### Extracted records
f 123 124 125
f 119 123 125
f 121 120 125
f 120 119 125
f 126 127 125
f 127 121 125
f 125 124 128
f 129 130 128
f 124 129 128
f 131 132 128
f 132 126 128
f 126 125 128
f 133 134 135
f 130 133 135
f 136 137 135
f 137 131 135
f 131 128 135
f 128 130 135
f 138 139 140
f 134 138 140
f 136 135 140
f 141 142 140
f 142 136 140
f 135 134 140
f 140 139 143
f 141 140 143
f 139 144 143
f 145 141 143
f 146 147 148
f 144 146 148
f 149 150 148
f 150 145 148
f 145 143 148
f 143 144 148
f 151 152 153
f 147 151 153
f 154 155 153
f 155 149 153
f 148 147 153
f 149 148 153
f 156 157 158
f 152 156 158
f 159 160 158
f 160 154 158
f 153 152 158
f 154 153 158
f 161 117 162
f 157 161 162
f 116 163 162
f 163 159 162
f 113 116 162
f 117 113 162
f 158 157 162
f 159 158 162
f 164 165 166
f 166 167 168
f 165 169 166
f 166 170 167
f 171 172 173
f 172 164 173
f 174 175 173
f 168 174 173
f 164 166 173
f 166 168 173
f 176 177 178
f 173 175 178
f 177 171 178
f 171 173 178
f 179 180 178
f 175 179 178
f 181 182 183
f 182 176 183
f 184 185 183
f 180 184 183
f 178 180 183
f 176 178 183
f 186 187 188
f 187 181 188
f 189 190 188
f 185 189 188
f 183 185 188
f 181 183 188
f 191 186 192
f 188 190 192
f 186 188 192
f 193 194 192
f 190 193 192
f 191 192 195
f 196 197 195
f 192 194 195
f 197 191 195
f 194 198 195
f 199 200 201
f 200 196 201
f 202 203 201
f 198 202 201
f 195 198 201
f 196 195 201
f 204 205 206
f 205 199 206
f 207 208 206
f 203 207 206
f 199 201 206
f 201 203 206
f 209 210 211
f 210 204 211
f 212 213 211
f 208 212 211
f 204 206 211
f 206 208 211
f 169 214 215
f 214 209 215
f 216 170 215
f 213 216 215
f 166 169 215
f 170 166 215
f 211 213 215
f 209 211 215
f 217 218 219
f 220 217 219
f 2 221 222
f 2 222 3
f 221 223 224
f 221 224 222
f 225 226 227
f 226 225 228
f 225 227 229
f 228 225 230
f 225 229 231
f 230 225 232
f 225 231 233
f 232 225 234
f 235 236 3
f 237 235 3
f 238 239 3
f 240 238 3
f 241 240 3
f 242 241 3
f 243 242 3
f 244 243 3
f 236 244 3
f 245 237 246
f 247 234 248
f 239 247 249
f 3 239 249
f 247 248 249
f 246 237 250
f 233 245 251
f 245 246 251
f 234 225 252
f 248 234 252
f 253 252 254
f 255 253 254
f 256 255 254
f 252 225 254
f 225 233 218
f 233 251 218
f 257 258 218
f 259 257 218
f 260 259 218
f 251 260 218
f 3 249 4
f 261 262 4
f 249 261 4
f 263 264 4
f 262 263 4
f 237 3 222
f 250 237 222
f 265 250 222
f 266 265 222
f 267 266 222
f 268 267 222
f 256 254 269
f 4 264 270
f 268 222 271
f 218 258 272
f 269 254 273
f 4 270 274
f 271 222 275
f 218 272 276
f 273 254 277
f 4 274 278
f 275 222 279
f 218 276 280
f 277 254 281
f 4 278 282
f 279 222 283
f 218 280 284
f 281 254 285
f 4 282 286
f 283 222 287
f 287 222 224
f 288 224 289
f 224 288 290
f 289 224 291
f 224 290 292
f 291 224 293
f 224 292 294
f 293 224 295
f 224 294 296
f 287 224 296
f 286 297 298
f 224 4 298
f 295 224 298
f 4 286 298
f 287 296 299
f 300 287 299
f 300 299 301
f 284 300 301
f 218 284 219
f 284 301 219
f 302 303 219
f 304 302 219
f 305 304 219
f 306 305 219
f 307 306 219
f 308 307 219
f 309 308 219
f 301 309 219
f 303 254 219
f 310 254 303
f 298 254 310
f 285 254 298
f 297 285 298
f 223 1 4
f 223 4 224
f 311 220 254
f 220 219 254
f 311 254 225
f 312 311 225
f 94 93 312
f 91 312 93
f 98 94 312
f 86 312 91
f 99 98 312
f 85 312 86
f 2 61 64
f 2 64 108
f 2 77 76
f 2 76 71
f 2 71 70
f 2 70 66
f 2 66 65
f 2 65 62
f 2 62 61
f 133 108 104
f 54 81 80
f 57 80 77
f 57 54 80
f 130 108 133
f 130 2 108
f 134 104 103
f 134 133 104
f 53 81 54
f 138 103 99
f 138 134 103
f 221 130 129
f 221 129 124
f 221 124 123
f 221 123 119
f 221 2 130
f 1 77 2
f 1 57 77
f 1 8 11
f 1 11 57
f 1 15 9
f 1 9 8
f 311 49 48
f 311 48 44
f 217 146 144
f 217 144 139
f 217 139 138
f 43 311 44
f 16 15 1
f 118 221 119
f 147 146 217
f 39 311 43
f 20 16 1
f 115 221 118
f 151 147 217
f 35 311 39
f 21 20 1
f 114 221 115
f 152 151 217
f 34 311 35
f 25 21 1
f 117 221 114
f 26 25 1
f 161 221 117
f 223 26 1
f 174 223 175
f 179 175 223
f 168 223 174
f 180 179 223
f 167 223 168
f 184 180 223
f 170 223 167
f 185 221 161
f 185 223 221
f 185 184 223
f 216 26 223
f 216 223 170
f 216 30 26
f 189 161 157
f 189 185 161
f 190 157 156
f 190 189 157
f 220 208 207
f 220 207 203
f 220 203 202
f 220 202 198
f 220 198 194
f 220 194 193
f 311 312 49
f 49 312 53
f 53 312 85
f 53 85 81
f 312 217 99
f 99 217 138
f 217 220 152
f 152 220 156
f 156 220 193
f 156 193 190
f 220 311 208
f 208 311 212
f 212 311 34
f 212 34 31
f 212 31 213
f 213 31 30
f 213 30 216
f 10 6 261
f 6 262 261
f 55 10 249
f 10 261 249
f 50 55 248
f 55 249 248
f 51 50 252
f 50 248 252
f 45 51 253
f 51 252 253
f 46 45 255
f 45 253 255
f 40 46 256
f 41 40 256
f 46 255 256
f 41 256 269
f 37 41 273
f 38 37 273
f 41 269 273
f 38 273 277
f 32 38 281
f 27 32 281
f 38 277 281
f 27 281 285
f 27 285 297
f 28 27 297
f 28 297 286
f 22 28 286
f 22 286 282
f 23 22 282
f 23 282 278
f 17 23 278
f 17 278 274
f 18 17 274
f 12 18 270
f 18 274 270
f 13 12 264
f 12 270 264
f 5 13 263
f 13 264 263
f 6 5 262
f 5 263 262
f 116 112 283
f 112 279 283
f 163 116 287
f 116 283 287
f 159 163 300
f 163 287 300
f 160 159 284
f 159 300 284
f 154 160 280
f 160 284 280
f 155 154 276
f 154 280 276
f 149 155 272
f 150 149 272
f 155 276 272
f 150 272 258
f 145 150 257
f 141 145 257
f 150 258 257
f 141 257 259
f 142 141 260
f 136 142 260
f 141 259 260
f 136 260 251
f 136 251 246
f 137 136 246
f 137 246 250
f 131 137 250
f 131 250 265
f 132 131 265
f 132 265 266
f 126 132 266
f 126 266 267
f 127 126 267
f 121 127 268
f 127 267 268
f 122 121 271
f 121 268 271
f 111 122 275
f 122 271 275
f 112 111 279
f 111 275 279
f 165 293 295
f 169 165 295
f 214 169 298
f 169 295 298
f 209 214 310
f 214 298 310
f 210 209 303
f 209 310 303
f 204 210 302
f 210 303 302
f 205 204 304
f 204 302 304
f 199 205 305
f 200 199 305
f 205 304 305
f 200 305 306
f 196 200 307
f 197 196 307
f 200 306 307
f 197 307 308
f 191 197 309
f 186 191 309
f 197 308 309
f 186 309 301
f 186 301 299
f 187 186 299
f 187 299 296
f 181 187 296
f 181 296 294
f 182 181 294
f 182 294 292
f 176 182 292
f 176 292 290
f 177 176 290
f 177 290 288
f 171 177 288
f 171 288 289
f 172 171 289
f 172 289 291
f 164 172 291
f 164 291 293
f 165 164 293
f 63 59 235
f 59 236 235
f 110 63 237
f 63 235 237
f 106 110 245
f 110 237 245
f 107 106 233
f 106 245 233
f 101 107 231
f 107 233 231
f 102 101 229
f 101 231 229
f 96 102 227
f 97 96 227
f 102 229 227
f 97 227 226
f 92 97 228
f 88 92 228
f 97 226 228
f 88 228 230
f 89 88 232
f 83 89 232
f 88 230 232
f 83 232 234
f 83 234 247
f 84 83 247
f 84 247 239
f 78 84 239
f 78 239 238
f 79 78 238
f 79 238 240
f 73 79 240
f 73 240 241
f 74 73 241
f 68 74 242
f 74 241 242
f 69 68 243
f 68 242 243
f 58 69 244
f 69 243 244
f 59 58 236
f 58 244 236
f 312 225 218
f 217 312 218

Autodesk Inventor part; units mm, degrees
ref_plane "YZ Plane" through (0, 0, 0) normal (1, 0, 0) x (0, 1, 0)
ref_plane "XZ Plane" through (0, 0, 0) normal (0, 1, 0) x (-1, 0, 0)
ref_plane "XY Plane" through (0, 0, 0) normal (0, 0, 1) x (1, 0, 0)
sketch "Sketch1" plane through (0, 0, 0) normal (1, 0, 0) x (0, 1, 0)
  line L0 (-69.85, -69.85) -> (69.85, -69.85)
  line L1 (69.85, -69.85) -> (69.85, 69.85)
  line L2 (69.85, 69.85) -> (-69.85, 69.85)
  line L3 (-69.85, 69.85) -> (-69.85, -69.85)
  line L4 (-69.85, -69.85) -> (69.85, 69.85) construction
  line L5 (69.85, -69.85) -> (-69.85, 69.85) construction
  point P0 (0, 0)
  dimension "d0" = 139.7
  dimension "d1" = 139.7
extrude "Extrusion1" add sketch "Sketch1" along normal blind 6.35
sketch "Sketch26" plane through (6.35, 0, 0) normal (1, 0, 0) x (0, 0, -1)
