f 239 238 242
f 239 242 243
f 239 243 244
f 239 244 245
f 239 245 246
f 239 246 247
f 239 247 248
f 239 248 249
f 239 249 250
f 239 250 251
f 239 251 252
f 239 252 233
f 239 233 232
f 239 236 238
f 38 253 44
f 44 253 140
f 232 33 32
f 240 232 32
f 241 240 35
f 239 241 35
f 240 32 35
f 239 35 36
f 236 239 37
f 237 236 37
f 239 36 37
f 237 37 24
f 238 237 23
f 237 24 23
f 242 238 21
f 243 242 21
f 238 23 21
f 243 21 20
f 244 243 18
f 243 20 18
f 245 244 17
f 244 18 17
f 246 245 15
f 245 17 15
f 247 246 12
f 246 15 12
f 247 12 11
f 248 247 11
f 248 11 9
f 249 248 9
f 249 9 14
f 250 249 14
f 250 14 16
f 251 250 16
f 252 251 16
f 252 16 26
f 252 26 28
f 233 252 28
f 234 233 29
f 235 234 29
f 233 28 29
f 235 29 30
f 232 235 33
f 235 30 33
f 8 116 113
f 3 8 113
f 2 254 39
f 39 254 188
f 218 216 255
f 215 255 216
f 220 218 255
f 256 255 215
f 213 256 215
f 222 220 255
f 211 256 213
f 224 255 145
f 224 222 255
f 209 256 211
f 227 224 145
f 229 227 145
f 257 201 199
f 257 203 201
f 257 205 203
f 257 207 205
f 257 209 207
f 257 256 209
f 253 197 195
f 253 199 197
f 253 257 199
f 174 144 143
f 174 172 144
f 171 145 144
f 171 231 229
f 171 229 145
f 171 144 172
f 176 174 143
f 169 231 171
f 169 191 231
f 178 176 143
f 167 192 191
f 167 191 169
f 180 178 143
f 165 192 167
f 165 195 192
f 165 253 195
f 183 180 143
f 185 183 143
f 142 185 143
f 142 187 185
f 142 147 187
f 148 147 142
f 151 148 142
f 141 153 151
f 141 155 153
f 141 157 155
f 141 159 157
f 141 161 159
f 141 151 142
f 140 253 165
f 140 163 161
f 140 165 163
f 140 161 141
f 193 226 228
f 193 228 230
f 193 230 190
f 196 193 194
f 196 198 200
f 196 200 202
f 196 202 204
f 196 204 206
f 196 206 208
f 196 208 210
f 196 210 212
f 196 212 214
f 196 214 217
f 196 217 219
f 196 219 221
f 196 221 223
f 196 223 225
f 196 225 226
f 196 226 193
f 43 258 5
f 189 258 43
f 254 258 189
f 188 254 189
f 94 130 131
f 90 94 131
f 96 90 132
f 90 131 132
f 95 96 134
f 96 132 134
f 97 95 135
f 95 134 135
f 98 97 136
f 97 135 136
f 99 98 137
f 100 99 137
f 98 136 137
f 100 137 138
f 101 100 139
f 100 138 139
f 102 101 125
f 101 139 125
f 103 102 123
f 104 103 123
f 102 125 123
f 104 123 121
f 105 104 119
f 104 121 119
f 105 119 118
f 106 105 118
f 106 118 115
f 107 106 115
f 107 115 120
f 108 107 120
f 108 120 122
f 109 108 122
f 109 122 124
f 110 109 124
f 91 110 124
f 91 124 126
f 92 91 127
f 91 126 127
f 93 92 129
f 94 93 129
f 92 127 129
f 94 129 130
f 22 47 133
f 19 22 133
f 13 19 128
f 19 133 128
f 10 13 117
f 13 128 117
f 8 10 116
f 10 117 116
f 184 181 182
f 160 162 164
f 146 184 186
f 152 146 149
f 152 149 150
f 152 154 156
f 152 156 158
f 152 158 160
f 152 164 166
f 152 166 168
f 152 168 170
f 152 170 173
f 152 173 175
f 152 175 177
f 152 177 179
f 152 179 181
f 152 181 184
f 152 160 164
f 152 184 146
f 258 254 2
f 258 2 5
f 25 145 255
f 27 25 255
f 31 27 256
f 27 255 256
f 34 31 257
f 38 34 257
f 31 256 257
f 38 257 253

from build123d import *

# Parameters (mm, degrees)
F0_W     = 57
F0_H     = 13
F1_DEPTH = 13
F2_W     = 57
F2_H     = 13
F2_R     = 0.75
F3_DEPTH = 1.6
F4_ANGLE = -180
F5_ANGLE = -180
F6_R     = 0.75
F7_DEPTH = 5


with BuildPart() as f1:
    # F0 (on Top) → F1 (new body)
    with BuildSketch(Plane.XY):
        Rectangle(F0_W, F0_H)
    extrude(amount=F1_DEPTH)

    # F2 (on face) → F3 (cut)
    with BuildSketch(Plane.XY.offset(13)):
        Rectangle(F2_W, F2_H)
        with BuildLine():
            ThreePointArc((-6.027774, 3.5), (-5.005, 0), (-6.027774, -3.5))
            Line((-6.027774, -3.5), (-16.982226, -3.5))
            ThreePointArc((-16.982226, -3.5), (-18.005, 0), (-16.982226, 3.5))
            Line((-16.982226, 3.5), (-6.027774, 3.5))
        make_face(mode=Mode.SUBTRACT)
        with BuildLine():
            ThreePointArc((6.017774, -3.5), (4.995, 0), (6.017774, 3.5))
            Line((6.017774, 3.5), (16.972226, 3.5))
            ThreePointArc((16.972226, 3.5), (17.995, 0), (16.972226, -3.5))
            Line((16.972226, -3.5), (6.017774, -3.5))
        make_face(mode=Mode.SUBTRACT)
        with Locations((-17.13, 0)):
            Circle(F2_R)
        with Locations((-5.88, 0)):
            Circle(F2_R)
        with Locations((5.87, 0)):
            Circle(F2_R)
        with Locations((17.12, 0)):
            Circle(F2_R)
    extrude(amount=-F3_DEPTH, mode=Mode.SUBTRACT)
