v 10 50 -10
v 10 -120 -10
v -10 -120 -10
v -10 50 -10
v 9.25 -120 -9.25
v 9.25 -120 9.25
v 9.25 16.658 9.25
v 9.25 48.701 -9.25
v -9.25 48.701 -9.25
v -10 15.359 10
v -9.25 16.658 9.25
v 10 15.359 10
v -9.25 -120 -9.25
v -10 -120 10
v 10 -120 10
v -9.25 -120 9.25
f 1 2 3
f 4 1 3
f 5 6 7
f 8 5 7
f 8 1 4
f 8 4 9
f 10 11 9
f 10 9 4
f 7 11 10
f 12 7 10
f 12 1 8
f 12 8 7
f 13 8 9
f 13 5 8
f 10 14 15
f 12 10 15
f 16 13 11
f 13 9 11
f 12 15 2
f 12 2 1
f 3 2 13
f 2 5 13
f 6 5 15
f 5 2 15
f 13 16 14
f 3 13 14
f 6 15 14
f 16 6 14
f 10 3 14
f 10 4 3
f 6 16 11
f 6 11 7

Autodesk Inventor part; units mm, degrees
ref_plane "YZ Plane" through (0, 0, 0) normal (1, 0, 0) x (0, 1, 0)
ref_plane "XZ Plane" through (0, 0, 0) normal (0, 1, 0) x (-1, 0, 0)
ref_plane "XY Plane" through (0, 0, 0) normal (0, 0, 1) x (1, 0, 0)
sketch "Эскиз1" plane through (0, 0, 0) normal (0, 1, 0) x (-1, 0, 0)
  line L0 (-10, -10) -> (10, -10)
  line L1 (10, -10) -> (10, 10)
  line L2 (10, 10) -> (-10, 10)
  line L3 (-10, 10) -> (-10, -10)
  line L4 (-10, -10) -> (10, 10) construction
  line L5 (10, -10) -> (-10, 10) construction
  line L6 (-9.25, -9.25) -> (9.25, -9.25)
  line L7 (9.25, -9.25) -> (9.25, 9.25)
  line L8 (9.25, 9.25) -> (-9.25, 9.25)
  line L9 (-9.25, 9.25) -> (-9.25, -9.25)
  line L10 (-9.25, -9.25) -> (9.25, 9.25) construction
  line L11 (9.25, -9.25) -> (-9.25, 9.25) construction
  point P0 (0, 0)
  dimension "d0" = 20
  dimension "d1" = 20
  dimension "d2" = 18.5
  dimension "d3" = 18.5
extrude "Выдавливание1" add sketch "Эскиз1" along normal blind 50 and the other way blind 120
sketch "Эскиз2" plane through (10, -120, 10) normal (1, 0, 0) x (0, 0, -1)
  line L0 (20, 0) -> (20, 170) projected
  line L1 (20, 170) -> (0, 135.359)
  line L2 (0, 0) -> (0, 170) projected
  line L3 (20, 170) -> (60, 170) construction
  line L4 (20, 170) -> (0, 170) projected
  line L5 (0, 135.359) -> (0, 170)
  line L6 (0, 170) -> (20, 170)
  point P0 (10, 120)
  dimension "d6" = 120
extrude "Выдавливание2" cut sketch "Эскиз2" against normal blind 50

### About this exercise
The answer must be every line from the records above that contains the word "ThreePointArc", copied in full.

### Result below
            ThreePointArc((-6.027774, 3.5), (-5.005, 0), (-6.027774, -3.5))
            ThreePointArc((-16.982226, -3.5), (-18.005, 0), (-16.982226, 3.5))
            ThreePointArc((6.017774, -3.5), (4.995, 0), (6.017774, 3.5))
            ThreePointArc((16.972226, 3.5), (17.995, 0), (16.972226, -3.5))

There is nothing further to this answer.